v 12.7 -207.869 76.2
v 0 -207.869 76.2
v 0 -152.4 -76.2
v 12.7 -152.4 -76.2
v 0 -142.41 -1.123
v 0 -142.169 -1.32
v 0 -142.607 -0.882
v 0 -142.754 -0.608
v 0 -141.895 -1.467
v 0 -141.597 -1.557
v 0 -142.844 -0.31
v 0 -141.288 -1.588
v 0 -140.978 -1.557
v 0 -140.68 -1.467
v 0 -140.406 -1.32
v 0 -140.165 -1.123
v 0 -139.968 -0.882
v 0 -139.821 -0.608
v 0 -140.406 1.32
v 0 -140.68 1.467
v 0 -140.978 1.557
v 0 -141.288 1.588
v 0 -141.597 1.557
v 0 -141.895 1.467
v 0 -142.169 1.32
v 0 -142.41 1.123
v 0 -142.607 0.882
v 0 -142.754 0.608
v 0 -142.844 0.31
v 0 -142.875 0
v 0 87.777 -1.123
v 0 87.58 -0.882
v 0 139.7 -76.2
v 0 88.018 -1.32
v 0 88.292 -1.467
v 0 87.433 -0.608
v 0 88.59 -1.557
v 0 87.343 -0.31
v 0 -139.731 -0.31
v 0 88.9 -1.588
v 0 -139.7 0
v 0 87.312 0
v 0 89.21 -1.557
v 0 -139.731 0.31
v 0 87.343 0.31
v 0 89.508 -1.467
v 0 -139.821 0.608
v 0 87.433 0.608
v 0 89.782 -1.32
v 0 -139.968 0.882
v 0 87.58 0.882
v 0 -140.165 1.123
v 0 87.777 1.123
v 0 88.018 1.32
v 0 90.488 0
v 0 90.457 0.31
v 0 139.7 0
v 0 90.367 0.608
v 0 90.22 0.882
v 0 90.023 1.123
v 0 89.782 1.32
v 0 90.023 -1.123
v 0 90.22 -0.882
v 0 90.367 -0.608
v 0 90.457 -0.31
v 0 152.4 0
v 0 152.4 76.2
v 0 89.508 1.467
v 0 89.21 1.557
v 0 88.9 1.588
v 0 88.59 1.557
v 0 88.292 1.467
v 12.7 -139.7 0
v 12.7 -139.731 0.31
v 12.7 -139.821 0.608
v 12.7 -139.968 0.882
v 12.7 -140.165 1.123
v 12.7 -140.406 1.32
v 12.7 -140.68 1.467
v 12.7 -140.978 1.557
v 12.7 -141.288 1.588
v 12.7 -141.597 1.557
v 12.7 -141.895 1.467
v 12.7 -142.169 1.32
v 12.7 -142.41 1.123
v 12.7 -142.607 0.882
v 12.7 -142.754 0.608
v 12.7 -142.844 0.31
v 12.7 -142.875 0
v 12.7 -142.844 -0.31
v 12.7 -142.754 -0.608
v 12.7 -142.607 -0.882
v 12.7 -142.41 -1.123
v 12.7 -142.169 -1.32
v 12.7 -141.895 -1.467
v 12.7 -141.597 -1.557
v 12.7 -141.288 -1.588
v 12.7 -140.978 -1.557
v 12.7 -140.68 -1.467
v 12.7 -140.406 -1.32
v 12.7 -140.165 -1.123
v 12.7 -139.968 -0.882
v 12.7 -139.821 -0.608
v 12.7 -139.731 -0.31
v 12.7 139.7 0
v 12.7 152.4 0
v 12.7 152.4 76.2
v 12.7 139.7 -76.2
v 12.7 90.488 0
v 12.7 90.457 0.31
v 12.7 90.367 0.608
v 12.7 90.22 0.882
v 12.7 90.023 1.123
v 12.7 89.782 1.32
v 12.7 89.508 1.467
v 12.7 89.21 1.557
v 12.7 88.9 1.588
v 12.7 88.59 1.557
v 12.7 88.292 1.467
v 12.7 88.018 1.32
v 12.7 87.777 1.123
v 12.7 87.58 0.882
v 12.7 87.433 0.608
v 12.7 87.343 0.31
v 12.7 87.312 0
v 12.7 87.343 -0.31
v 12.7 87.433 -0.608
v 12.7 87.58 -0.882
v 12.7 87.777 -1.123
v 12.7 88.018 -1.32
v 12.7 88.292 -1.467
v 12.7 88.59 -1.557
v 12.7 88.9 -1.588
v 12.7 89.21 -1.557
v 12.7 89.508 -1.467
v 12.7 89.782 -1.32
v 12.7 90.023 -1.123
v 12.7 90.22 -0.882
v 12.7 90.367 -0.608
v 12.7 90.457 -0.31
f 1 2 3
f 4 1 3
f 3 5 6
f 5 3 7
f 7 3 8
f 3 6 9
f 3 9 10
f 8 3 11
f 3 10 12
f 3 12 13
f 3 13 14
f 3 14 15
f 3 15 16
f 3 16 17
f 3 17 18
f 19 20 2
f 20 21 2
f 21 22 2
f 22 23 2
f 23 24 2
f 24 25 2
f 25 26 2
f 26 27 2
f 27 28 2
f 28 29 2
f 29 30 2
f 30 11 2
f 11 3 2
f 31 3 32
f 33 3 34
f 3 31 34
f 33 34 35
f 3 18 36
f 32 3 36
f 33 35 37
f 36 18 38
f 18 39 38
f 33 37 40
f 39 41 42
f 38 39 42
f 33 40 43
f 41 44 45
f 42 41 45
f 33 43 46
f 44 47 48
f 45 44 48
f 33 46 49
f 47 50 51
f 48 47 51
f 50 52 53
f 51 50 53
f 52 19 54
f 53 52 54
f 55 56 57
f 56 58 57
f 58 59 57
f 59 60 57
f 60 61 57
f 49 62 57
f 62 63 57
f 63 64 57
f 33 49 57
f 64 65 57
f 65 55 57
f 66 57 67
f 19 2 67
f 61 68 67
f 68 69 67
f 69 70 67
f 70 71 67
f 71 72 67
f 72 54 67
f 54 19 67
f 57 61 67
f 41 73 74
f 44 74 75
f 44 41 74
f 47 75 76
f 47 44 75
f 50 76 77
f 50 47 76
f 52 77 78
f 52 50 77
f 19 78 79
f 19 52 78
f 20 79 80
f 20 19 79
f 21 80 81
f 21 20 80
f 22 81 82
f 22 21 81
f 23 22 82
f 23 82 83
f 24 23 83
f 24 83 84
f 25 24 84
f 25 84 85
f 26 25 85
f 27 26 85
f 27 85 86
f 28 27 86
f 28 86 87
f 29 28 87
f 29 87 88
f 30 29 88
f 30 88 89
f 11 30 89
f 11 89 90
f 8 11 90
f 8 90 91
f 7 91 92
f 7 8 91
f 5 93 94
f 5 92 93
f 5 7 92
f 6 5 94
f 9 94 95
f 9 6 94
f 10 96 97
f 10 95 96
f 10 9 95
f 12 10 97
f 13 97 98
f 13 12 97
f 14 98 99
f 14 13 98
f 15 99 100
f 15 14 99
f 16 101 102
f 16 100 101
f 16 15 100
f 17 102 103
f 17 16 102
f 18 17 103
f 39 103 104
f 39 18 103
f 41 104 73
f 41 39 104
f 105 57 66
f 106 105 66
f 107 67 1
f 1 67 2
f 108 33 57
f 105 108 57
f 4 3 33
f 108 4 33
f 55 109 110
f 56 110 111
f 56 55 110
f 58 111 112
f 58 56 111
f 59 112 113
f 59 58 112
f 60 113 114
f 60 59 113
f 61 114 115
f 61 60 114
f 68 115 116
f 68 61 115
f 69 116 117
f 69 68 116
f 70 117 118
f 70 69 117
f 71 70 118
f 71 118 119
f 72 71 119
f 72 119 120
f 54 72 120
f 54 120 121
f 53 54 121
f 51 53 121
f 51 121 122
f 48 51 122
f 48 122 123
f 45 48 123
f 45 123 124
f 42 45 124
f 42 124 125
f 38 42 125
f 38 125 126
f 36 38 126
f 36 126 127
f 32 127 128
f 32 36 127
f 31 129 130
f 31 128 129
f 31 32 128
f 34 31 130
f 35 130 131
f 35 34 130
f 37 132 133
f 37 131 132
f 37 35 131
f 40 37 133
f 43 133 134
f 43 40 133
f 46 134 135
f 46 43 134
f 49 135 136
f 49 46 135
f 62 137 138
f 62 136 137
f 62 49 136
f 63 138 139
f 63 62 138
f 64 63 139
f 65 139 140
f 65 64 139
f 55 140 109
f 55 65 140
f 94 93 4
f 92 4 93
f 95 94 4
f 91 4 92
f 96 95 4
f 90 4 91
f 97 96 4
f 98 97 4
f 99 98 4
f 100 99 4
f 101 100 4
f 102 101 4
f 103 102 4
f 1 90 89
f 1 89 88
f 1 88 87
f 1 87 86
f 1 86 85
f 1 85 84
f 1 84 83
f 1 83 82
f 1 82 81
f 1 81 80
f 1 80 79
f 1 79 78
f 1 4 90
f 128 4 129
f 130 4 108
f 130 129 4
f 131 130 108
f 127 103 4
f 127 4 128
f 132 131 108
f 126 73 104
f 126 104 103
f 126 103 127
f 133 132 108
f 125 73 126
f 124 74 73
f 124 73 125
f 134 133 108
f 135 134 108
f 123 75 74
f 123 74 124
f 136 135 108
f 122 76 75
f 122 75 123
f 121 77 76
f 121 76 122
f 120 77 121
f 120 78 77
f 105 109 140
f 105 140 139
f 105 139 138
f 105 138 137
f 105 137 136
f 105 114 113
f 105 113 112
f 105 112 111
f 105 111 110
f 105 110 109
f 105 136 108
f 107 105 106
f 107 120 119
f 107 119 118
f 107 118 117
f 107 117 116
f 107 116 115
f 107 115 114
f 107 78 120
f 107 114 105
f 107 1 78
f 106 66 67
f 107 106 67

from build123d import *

# Parameters (mm, degrees)
F2_DEPTH = 12.7
F3_R     = 1.5875
F4_DEPTH = 12.701


# Not quite as in the source:
# - a feature names something its author has since deleted; it is built from what else it names


with BuildPart() as f2:
    # F1 (on face) → F2 (new body)
    with BuildSketch(Plane.YZ):
        Polygon((-152.4, -76.2), (139.7, -76.2), (139.7, 0), (152.4, 0), (152.4, 76.2), (-152.4, 76.2), (-207.8690637022, 76.2), align=None)
    extrude(amount=F2_DEPTH)

    # F3 (on face) → F4 (cut, through all)
    with BuildSketch(Plane.YZ):
        with Locations((-141.2875, 0)):
            Circle(F3_R)
        with Locations((88.9, 0)):
            Circle(F3_R)
    extrude(amount=F4_DEPTH, mode=Mode.SUBTRACT)


solid = f2.part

== Exercise instructions ==
Using the entries above, output exactly the lines between the line holding "f 53 54 121" and the line holding "f 107 106 67", end lines included, and nothing more.

== Answer to the exercise ==
f 53 54 121
f 51 53 121
f 51 121 122
f 48 51 122
f 48 122 123
f 45 48 123
f 45 123 124
f 42 45 124
f 42 124 125
f 38 42 125
f 38 125 126
f 36 38 126
f 36 126 127
f 32 127 128
f 32 36 127
f 31 129 130
f 31 128 129
f 31 32 128
f 34 31 130
f 35 130 131
f 35 34 130
f 37 132 133
f 37 131 132
f 37 35 131
f 40 37 133
f 43 133 134
f 43 40 133
f 46 134 135
f 46 43 134
f 49 135 136
f 49 46 135
f 62 137 138
f 62 136 137
f 62 49 136
f 63 138 139
f 63 62 138
f 64 63 139
f 65 139 140
f 65 64 139
f 55 140 109
f 55 65 140
f 94 93 4
f 92 4 93
f 95 94 4
f 91 4 92
f 96 95 4
f 90 4 91
f 97 96 4
f 98 97 4
f 99 98 4
f 100 99 4
f 101 100 4
f 102 101 4
f 103 102 4
f 1 90 89
f 1 89 88
f 1 88 87
f 1 87 86
f 1 86 85
f 1 85 84
f 1 84 83
f 1 83 82
f 1 82 81
f 1 81 80
f 1 80 79
f 1 79 78
f 1 4 90
f 128 4 129
f 130 4 108
f 130 129 4
f 131 130 108
f 127 103 4
f 127 4 128
f 132 131 108
f 126 73 104
f 126 104 103
f 126 103 127
f 133 132 108
f 125 73 126
f 124 74 73
f 124 73 125
f 134 133 108
f 135 134 108
f 123 75 74
f 123 74 124
f 136 135 108
f 122 76 75
f 122 75 123
f 121 77 76
f 121 76 122
f 120 77 121
f 120 78 77
f 105 109 140
f 105 140 139
f 105 139 138
f 105 138 137
f 105 137 136
f 105 114 113
f 105 113 112
f 105 112 111
f 105 111 110
f 105 110 109
f 105 136 108
f 107 105 106
f 107 120 119
f 107 119 118
f 107 118 117
f 107 117 116
f 107 116 115
f 107 115 114
f 107 78 120
f 107 114 105
f 107 1 78
f 106 66 67
f 107 106 67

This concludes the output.